# What needs to be done
Copy each line of the records below, from the first through the one that contains "(-25, 7.5), align=None)", exactly as written.

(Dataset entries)
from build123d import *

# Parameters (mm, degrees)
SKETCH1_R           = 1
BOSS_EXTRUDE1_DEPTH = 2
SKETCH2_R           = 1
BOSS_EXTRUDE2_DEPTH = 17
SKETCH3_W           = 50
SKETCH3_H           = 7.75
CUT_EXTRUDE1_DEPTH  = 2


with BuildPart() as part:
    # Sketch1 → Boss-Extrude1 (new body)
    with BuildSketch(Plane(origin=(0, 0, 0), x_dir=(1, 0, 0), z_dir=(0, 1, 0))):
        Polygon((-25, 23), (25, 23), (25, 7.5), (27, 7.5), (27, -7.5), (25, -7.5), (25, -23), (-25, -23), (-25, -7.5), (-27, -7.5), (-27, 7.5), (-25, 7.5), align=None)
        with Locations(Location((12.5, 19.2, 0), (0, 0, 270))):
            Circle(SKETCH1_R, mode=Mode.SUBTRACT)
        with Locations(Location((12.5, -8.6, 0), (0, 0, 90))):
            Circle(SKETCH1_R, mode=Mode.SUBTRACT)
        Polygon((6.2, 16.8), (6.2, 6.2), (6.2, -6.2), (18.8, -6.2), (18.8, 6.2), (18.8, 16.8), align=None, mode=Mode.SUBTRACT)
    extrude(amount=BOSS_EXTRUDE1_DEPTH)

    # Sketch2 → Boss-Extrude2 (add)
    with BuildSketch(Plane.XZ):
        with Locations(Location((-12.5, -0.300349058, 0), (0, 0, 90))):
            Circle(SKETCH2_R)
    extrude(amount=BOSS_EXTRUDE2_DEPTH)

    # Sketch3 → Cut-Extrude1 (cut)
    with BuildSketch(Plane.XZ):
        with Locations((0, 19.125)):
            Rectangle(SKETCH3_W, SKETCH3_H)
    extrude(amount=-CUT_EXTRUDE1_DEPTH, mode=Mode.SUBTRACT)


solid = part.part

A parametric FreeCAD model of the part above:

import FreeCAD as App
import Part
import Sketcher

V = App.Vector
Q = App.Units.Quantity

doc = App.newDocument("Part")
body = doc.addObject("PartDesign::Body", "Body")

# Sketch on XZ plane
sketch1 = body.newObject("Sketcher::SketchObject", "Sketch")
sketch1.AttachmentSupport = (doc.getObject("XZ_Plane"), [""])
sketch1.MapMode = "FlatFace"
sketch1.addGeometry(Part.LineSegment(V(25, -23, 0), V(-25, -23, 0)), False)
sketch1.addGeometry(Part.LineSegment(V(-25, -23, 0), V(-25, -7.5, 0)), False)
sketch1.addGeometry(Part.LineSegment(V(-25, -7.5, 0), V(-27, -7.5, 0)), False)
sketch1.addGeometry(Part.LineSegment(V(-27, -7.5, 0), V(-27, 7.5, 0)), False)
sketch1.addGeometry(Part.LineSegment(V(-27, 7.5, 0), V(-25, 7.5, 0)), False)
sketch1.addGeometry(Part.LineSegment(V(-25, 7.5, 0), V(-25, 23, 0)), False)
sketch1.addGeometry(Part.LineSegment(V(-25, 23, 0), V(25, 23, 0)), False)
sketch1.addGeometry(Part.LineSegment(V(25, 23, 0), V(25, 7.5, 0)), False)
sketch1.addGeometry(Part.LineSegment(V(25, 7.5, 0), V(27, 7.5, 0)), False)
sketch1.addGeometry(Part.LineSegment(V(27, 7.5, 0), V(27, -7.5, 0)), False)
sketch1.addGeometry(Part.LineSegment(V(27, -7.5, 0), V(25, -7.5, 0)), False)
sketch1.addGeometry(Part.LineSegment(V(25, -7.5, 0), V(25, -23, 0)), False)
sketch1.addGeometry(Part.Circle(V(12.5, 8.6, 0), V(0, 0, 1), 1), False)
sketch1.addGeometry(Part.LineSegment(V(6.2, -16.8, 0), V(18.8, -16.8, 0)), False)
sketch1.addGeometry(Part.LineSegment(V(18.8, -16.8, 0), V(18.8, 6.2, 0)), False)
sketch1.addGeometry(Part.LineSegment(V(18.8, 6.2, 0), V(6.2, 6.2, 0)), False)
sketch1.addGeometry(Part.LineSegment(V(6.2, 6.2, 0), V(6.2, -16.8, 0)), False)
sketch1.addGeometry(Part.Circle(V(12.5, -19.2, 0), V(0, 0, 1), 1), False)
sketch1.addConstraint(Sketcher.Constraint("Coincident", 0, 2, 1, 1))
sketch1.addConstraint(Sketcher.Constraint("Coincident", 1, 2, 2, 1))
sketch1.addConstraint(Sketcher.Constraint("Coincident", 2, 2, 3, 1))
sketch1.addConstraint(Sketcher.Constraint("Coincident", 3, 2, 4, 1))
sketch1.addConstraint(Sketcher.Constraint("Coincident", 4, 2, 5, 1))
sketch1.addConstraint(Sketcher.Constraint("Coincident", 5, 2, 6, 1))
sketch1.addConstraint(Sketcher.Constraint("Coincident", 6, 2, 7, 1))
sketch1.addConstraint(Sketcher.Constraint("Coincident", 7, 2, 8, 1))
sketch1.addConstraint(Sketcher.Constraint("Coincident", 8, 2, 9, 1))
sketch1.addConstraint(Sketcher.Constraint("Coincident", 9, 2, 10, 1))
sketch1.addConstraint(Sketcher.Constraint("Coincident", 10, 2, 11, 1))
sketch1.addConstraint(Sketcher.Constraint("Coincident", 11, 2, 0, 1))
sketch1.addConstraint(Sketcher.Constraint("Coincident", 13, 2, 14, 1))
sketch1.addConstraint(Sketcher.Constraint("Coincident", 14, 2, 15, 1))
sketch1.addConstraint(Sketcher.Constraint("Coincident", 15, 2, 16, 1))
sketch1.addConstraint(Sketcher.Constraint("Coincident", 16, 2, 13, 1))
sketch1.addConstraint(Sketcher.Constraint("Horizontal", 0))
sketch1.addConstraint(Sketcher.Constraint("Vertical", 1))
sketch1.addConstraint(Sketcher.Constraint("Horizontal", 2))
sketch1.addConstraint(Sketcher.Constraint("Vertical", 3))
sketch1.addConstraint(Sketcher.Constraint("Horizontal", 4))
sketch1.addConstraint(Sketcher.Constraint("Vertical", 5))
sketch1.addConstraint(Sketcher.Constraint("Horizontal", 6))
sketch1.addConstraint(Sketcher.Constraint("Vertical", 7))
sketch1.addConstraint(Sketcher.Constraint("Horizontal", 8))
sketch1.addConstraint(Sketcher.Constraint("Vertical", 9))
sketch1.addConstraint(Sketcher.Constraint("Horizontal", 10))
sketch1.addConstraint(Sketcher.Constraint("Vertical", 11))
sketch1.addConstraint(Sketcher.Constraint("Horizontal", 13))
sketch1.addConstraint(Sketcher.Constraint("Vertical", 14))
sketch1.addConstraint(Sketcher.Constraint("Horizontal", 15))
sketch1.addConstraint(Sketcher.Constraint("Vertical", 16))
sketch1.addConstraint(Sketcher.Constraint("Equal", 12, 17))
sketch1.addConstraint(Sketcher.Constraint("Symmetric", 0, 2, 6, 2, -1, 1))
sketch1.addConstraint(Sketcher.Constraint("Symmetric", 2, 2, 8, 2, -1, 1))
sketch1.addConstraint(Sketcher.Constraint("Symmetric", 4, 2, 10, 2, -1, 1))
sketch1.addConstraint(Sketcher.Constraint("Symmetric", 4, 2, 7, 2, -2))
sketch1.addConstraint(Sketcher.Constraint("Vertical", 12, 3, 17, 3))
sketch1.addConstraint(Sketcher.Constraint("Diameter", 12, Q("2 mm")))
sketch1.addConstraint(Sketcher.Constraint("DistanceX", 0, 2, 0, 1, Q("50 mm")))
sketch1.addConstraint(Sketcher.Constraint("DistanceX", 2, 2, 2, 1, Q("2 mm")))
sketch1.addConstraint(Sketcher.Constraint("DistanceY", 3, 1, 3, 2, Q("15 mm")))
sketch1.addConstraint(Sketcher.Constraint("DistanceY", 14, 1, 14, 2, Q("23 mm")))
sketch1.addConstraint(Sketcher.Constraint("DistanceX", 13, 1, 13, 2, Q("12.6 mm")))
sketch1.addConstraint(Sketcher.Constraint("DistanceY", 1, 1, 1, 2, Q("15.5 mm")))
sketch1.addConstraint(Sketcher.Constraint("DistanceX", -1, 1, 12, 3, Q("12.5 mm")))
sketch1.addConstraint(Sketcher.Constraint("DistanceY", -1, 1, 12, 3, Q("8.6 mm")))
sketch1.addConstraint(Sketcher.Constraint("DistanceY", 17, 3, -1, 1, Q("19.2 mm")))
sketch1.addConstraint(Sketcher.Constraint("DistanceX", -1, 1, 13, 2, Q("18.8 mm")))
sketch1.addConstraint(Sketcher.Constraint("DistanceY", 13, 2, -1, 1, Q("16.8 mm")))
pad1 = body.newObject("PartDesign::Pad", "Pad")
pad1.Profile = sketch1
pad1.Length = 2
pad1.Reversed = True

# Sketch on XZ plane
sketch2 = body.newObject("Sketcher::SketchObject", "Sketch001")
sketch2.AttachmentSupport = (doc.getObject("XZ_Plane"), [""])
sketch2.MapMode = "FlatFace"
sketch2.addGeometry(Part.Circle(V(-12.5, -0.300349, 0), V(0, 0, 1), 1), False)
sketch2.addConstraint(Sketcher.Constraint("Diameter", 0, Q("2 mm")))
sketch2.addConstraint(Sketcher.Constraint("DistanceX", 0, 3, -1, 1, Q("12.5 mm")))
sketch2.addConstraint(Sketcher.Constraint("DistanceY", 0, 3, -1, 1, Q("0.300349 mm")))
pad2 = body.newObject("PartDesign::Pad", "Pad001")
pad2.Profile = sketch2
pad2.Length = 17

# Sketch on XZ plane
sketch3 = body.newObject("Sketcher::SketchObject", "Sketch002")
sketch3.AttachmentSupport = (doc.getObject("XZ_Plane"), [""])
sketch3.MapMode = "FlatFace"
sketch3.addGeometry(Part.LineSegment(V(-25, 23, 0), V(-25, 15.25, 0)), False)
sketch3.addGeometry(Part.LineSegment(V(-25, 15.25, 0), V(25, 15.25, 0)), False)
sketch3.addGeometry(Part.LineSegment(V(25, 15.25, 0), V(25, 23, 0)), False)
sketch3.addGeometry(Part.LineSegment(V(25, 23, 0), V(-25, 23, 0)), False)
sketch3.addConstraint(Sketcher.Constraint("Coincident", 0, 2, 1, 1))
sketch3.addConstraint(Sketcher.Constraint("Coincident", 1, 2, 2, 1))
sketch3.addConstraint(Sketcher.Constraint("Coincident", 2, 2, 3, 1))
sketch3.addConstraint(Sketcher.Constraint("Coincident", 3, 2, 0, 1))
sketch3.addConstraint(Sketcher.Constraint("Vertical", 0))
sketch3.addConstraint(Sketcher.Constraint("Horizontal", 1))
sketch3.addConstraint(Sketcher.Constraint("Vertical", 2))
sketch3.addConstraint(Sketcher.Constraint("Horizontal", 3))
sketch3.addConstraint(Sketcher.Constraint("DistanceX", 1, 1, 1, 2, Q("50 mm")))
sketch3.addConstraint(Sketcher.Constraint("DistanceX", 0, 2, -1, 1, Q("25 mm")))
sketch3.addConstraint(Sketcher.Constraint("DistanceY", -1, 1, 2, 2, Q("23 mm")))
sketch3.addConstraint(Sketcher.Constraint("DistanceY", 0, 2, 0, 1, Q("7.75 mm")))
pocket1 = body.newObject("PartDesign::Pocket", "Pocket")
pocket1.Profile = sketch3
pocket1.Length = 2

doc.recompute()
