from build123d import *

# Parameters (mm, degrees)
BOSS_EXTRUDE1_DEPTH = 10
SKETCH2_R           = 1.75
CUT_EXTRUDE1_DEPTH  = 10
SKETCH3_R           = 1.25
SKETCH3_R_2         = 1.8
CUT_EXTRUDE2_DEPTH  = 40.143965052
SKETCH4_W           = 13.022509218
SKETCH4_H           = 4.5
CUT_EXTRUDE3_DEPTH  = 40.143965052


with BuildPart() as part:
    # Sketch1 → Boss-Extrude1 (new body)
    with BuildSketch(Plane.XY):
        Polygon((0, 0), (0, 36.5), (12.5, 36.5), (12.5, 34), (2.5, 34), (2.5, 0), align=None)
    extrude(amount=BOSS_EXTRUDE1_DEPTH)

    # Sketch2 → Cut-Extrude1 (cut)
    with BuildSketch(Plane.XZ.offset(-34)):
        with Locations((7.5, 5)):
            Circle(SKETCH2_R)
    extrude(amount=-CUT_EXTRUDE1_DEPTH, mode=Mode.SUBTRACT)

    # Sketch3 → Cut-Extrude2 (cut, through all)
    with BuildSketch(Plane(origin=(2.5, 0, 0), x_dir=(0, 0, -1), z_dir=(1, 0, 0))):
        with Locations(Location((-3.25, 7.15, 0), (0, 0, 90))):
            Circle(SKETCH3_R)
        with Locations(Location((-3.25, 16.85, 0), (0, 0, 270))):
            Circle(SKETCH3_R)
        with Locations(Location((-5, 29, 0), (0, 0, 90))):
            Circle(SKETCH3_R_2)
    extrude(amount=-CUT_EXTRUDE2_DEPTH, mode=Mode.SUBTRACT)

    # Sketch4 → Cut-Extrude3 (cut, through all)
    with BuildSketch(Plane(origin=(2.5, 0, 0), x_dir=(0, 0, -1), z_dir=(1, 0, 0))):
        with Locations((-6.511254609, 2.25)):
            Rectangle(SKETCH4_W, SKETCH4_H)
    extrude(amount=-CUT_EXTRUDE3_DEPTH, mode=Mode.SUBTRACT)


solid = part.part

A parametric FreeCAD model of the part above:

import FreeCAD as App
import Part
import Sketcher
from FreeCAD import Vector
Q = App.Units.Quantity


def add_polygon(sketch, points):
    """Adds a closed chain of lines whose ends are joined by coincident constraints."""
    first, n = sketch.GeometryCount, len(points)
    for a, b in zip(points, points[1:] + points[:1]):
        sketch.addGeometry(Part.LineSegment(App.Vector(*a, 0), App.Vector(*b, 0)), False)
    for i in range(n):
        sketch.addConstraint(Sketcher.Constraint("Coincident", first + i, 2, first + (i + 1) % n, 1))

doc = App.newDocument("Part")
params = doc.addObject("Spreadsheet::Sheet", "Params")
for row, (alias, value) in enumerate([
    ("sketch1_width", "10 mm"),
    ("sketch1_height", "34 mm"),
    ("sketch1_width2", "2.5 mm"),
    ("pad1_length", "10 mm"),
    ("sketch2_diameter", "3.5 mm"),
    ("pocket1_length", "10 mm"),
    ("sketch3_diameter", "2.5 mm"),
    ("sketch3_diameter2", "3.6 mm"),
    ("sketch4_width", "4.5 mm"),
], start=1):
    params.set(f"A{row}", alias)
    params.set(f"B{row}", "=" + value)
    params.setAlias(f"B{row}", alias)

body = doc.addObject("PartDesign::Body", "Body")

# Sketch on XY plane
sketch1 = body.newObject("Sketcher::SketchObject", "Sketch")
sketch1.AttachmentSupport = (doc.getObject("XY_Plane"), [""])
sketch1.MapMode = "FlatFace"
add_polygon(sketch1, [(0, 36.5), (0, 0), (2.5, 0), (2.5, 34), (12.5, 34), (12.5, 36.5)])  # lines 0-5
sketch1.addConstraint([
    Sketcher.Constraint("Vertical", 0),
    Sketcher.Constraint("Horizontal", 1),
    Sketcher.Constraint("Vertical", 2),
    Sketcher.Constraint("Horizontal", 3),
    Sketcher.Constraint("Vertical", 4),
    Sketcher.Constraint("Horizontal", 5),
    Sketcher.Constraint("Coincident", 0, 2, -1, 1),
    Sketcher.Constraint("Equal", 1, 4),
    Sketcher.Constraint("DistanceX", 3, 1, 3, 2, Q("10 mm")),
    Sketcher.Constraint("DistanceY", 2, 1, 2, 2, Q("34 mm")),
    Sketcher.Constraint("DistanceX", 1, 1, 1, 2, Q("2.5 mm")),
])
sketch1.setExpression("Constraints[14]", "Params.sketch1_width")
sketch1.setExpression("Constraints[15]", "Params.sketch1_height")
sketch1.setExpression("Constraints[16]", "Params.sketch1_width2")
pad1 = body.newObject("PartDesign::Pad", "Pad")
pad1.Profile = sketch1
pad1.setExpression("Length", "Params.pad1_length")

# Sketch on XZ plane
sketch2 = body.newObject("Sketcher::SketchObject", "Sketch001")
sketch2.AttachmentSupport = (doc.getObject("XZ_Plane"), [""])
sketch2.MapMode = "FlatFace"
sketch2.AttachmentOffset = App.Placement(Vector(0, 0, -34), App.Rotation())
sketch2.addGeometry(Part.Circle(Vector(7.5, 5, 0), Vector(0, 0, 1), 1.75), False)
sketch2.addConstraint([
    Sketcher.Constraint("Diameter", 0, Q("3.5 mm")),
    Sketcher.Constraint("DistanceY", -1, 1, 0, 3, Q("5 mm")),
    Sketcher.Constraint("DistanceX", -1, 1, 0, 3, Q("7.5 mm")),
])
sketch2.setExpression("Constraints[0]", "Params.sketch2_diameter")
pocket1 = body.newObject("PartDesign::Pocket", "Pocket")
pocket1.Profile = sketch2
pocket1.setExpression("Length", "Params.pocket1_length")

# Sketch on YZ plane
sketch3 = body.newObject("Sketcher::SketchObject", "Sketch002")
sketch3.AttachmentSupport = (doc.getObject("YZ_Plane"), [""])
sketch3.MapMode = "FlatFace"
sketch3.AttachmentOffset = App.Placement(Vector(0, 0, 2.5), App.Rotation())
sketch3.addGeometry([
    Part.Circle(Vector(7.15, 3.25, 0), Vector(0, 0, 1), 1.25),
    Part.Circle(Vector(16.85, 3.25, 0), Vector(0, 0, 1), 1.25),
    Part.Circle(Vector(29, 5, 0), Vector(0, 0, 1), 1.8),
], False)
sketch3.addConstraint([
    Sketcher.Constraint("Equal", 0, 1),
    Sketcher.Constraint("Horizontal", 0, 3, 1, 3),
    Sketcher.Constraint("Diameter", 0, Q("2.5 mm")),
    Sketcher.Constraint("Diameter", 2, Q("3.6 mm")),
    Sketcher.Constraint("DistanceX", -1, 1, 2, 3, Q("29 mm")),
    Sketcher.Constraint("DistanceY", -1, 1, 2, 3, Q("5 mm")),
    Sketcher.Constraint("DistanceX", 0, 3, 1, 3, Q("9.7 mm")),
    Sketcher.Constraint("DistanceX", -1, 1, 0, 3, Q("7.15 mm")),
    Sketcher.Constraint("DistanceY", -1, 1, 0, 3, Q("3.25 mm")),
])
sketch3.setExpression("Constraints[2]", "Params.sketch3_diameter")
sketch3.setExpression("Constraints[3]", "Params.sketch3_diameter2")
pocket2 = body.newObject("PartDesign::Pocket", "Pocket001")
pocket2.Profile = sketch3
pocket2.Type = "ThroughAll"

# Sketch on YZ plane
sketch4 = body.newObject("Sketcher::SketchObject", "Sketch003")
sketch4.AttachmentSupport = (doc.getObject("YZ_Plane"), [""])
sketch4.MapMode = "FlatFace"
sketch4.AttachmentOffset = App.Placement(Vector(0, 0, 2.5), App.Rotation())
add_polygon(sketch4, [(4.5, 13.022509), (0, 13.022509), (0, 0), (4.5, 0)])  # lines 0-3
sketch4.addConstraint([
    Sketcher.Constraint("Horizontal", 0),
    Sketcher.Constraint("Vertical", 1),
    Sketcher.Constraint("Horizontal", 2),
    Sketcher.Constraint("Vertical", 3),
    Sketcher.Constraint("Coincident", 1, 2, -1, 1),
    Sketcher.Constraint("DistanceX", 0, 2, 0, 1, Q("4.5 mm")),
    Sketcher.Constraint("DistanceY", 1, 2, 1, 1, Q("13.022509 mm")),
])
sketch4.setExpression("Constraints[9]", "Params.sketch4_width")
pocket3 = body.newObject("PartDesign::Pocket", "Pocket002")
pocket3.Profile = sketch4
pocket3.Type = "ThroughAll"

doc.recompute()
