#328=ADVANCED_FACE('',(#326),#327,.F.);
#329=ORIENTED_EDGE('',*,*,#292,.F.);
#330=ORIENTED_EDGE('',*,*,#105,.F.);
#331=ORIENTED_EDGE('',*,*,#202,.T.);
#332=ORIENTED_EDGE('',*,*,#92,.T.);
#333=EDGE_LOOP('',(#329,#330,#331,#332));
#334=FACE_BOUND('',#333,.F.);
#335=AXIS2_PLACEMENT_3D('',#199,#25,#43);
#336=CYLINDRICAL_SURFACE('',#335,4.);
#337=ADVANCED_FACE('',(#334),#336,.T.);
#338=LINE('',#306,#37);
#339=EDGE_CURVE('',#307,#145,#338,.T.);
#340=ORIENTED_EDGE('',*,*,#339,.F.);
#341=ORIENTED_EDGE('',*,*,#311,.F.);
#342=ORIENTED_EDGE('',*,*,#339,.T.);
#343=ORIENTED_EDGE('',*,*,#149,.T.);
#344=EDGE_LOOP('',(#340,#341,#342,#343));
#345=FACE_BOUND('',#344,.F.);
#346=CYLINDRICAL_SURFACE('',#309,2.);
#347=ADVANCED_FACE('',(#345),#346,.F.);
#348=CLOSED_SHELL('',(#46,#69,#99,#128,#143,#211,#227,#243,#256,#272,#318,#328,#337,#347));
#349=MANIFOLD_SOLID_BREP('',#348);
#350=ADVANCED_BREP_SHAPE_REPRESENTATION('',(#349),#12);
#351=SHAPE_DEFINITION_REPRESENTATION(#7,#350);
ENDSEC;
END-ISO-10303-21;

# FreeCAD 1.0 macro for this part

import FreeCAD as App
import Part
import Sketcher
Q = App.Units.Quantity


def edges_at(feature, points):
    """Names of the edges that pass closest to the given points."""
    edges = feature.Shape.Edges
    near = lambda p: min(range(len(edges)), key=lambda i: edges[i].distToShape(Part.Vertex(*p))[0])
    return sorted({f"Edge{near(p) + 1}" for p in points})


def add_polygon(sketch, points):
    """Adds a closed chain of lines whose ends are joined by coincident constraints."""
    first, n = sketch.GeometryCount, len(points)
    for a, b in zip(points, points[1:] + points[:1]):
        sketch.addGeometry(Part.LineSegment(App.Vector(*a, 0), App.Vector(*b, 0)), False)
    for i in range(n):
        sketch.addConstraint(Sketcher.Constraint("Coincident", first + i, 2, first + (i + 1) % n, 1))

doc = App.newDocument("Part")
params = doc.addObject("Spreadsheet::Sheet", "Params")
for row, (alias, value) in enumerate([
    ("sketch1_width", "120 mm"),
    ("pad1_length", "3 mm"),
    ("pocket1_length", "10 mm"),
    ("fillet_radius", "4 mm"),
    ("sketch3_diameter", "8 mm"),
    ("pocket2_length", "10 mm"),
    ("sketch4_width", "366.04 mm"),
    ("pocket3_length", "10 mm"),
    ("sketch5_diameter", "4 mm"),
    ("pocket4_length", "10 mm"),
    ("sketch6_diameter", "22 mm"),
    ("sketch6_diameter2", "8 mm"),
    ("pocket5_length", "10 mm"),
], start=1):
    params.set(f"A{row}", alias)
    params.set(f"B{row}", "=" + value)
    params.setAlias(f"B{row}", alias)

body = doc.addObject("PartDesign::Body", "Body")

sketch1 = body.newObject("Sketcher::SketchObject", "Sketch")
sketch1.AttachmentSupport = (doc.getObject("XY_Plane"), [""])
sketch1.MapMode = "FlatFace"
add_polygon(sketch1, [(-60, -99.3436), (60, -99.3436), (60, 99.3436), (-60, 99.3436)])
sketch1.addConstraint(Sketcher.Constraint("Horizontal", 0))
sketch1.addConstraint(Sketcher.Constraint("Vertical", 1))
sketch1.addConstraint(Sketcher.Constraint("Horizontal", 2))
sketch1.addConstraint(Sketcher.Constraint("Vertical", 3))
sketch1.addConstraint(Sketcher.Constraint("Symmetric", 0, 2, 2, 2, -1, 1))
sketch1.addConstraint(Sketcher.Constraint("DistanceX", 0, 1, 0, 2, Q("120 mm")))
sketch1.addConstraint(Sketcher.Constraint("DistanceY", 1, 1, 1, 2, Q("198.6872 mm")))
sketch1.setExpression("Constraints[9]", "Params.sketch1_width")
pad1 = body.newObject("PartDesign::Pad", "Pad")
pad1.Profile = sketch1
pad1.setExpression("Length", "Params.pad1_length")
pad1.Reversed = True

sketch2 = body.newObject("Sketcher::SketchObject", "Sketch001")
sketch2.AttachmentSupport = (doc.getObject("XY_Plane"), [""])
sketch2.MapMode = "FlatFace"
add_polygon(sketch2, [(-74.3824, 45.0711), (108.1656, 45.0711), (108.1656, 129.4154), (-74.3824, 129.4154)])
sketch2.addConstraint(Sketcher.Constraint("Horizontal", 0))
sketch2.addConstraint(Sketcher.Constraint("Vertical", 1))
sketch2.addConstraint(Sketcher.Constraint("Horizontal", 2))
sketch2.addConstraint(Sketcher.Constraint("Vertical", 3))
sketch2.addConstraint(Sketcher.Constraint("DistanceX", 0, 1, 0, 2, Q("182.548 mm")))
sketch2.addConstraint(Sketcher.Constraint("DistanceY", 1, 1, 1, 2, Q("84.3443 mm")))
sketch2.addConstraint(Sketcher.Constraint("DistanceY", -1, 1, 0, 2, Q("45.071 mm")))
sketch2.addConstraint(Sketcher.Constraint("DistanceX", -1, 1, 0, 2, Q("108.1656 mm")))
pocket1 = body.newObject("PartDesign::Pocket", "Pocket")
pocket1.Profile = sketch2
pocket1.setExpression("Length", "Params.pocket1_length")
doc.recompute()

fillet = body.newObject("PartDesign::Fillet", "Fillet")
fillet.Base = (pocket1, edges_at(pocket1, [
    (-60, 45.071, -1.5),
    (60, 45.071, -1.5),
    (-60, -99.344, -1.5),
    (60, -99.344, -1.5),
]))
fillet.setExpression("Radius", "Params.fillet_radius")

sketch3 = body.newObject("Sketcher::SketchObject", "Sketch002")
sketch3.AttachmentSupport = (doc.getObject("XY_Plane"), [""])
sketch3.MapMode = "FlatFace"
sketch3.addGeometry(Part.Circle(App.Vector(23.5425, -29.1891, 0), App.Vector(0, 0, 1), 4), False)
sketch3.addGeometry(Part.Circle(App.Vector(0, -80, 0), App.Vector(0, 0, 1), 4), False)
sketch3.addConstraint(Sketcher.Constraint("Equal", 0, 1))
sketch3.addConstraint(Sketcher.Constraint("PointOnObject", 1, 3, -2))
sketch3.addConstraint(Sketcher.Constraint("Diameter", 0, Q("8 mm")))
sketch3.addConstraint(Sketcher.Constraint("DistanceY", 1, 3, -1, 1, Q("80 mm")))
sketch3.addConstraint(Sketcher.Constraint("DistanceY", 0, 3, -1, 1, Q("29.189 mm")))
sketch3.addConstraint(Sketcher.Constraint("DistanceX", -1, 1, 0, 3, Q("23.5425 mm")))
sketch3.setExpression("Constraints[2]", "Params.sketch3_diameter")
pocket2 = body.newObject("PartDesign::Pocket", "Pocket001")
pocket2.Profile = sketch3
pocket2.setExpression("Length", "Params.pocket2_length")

# Answer to this task
from build123d import *

# Parameters (mm, degrees)
SKETCH1_R           = 1
BOSS_EXTRUDE1_DEPTH = 2
SKETCH2_R           = 1
BOSS_EXTRUDE2_DEPTH = 17
SKETCH3_W           = 50
SKETCH3_H           = 7.75
CUT_EXTRUDE1_DEPTH  = 2


with BuildPart() as part:
    # Sketch1 → Boss-Extrude1 (new body)
    with BuildSketch(Plane(origin=(0, 0, 0), x_dir=(1, 0, 0), z_dir=(0, 1, 0))):
        Polygon((-25, 23), (25, 23), (25, 7.5), (27, 7.5), (27, -7.5), (25, -7.5), (25, -23), (-25, -23), (-25, -7.5), (-27, -7.5), (-27, 7.5), (-25, 7.5), align=None)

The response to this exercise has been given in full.